» Supplied data:
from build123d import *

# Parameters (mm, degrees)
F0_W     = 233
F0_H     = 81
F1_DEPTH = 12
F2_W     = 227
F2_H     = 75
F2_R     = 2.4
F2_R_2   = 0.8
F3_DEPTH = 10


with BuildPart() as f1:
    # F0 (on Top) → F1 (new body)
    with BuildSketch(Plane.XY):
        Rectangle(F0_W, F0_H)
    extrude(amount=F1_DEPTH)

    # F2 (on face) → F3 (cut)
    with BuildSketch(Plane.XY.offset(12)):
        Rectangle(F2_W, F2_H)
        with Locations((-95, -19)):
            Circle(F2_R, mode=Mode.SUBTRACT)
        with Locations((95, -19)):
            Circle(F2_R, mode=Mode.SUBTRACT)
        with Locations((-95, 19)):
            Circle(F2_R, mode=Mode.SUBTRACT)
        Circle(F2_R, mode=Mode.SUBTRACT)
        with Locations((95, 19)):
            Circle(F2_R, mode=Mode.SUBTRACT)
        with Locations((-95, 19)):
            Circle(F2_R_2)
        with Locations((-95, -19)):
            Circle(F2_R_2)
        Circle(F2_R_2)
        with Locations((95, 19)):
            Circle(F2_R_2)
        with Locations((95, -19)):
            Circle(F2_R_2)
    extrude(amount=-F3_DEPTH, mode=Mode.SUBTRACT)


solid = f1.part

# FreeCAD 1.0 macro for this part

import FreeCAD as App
import Part
import Sketcher
Q = App.Units.Quantity


def add_polygon(sketch, points):
    """Adds a closed chain of lines whose ends are joined by coincident constraints."""
    first, n = sketch.GeometryCount, len(points)
    for a, b in zip(points, points[1:] + points[:1]):
        sketch.addGeometry(Part.LineSegment(App.Vector(*a, 0), App.Vector(*b, 0)), False)
    for i in range(n):
        sketch.addConstraint(Sketcher.Constraint("Coincident", first + i, 2, first + (i + 1) % n, 1))

doc = App.newDocument("Part")
params = doc.addObject("Spreadsheet::Sheet", "Params")
for row, (alias, value) in enumerate([
    ("sketch1_width", "233 mm"),
    ("sketch1_height", "81 mm"),
    ("pad1_length", "12 mm"),
    ("sketch2_diameter", "4.8 mm"),
    ("sketch2_diameter2", "1.6 mm"),
    ("sketch2_width", "227 mm"),
    ("sketch2_height", "75 mm"),
    ("pocket1_length", "10 mm"),
], start=1):
    params.set(f"A{row}", alias)
    params.set(f"B{row}", "=" + value)
    params.setAlias(f"B{row}", alias)

body = doc.addObject("PartDesign::Body", "Body")

# Sketch on XY plane
sketch1 = doc.addObject("Sketcher::SketchObject", "Sketch")
body.addObject(sketch1)
sketch1.AttachmentSupport = (doc.XY_Plane, [""])
sketch1.MapMode = "FlatFace"
add_polygon(sketch1, [(-116, 40), (-116, -40), (116, -40), (116, 40)])  # lines 0-3
sketch1.addConstraint(Sketcher.Constraint("Vertical", 0))
sketch1.addConstraint(Sketcher.Constraint("Horizontal", 1))
sketch1.addConstraint(Sketcher.Constraint("Vertical", 2))
sketch1.addConstraint(Sketcher.Constraint("Horizontal", 3))
sketch1.addConstraint(Sketcher.Constraint("Symmetric", 0, 2, 2, 2, -1, 1))
sketch1.addConstraint(Sketcher.Constraint("DistanceX", 1, 1, 1, 2, Q("233 mm")))
sketch1.addConstraint(Sketcher.Constraint("DistanceY", 0, 2, 0, 1, Q("81 mm")))
sketch1.setExpression("Constraints[9]", "Params.sketch1_width")
sketch1.setExpression("Constraints[10]", "Params.sketch1_height")
pad1 = doc.addObject("PartDesign::Pad", "Pad")
body.addObject(pad1)
pad1.Profile = sketch1
pad1.setExpression("Length", "Params.pad1_length")

# Sketch on XY plane
sketch2 = doc.addObject("Sketcher::SketchObject", "Sketch001")
body.addObject(sketch2)
sketch2.AttachmentSupport = (doc.XY_Plane, [""])
sketch2.MapMode = "FlatFace"
sketch2.AttachmentOffset = App.Placement(App.Vector(0, 0, 12), App.Rotation())
add_polygon(sketch2, [(-113.5, 37.5), (-113.5, -37.5), (113.5, -37.5), (113.5, 37.5)])  # lines 0-3
sketch2.addGeometry(Part.Circle(App.Vector(-95, -19, 0), App.Vector(0, 0, 1), 2.4), False)  # 4
sketch2.addGeometry(Part.Circle(App.Vector(95, -19, 0), App.Vector(0, 0, 1), 2.4), False)  # 5
sketch2.addGeometry(Part.Circle(App.Vector(0, 0, 0), App.Vector(0, 0, 1), 2.4), False)  # 6
sketch2.addGeometry(Part.Circle(App.Vector(-95, 19, 0), App.Vector(0, 0, 1), 2.4), False)  # 7
sketch2.addGeometry(Part.Circle(App.Vector(95, 19, 0), App.Vector(0, 0, 1), 2.4), False)  # 8
sketch2.addGeometry(Part.Circle(App.Vector(-95, 19, 0), App.Vector(0, 0, 1), 0.8), False)  # 9
sketch2.addGeometry(Part.Circle(App.Vector(-95, -19, 0), App.Vector(0, 0, 1), 0.8), False)  # 10
sketch2.addGeometry(Part.Circle(App.Vector(0, 0, 0), App.Vector(0, 0, 1), 0.8), False)  # 11
sketch2.addGeometry(Part.Circle(App.Vector(95, 19, 0), App.Vector(0, 0, 1), 0.8), False)  # 12
sketch2.addGeometry(Part.Circle(App.Vector(95, -19, 0), App.Vector(0, 0, 1), 0.8), False)  # 13
sketch2.addConstraint(Sketcher.Constraint("Vertical", 0))
sketch2.addConstraint(Sketcher.Constraint("Horizontal", 1))
sketch2.addConstraint(Sketcher.Constraint("Vertical", 2))
sketch2.addConstraint(Sketcher.Constraint("Horizontal", 3))
sketch2.addConstraint(Sketcher.Constraint("Coincident", 6, 3, -1, 1))
sketch2.addConstraint(Sketcher.Constraint("Coincident", 11, 3, -1, 1))
sketch2.addConstraint(Sketcher.Constraint("Coincident", 9, 3, 7, 3))
sketch2.addConstraint(Sketcher.Constraint("Coincident", 10, 3, 4, 3))
sketch2.addConstraint(Sketcher.Constraint("Coincident", 12, 3, 8, 3))
sketch2.addConstraint(Sketcher.Constraint("Coincident", 13, 3, 5, 3))
sketch2.addConstraint(Sketcher.Constraint("Equal", 4, 5))
sketch2.addConstraint(Sketcher.Constraint("Equal", 5, 6))
sketch2.addConstraint(Sketcher.Constraint("Equal", 6, 7))
sketch2.addConstraint(Sketcher.Constraint("Equal", 7, 8))
sketch2.addConstraint(Sketcher.Constraint("Equal", 9, 10))
sketch2.addConstraint(Sketcher.Constraint("Equal", 10, 11))
sketch2.addConstraint(Sketcher.Constraint("Equal", 11, 12))
sketch2.addConstraint(Sketcher.Constraint("Equal", 12, 13))
sketch2.addConstraint(Sketcher.Constraint("Symmetric", 5, 3, 7, 3, -1, 1))
sketch2.addConstraint(Sketcher.Constraint("Symmetric", 4, 3, 8, 3, -1, 1))
sketch2.addConstraint(Sketcher.Constraint("Symmetric", 0, 2, 2, 2, -1, 1))
sketch2.addConstraint(Sketcher.Constraint("Symmetric", 4, 3, 5, 3, -2))
sketch2.addConstraint(Sketcher.Constraint("Diameter", 4, Q("4.8 mm")))
sketch2.addConstraint(Sketcher.Constraint("Diameter", 9, Q("1.6 mm")))
sketch2.addConstraint(Sketcher.Constraint("DistanceX", 1, 1, 1, 2, Q("227 mm")))
sketch2.addConstraint(Sketcher.Constraint("DistanceY", 0, 2, 0, 1, Q("75 mm")))
sketch2.addConstraint(Sketcher.Constraint("DistanceX", 4, 3, -1, 1, Q("95 mm")))
sketch2.addConstraint(Sketcher.Constraint("DistanceY", 4, 3, -1, 1, Q("19 mm")))
sketch2.setExpression("Constraints[26]", "Params.sketch2_diameter")
sketch2.setExpression("Constraints[27]", "Params.sketch2_diameter2")
sketch2.setExpression("Constraints[28]", "Params.sketch2_width")
sketch2.setExpression("Constraints[29]", "Params.sketch2_height")
pocket1 = doc.addObject("PartDesign::Pocket", "Pocket")
body.addObject(pocket1)
pocket1.Profile = sketch2
pocket1.setExpression("Length", "Params.pocket1_length")

doc.recompute()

» The problem: Your output must be the lines of the material above, from the first through the line that contains "# F0 (on Top) → F1 (new body)", copied exactly. Include both endpoints and nothing else.

» Solution:
from build123d import *

# Parameters (mm, degrees)
F0_W     = 233
F0_H     = 81
F1_DEPTH = 12
F2_W     = 227
F2_H     = 75
F2_R     = 2.4
F2_R_2   = 0.8
F3_DEPTH = 10


with BuildPart() as f1:
    # F0 (on Top) → F1 (new body)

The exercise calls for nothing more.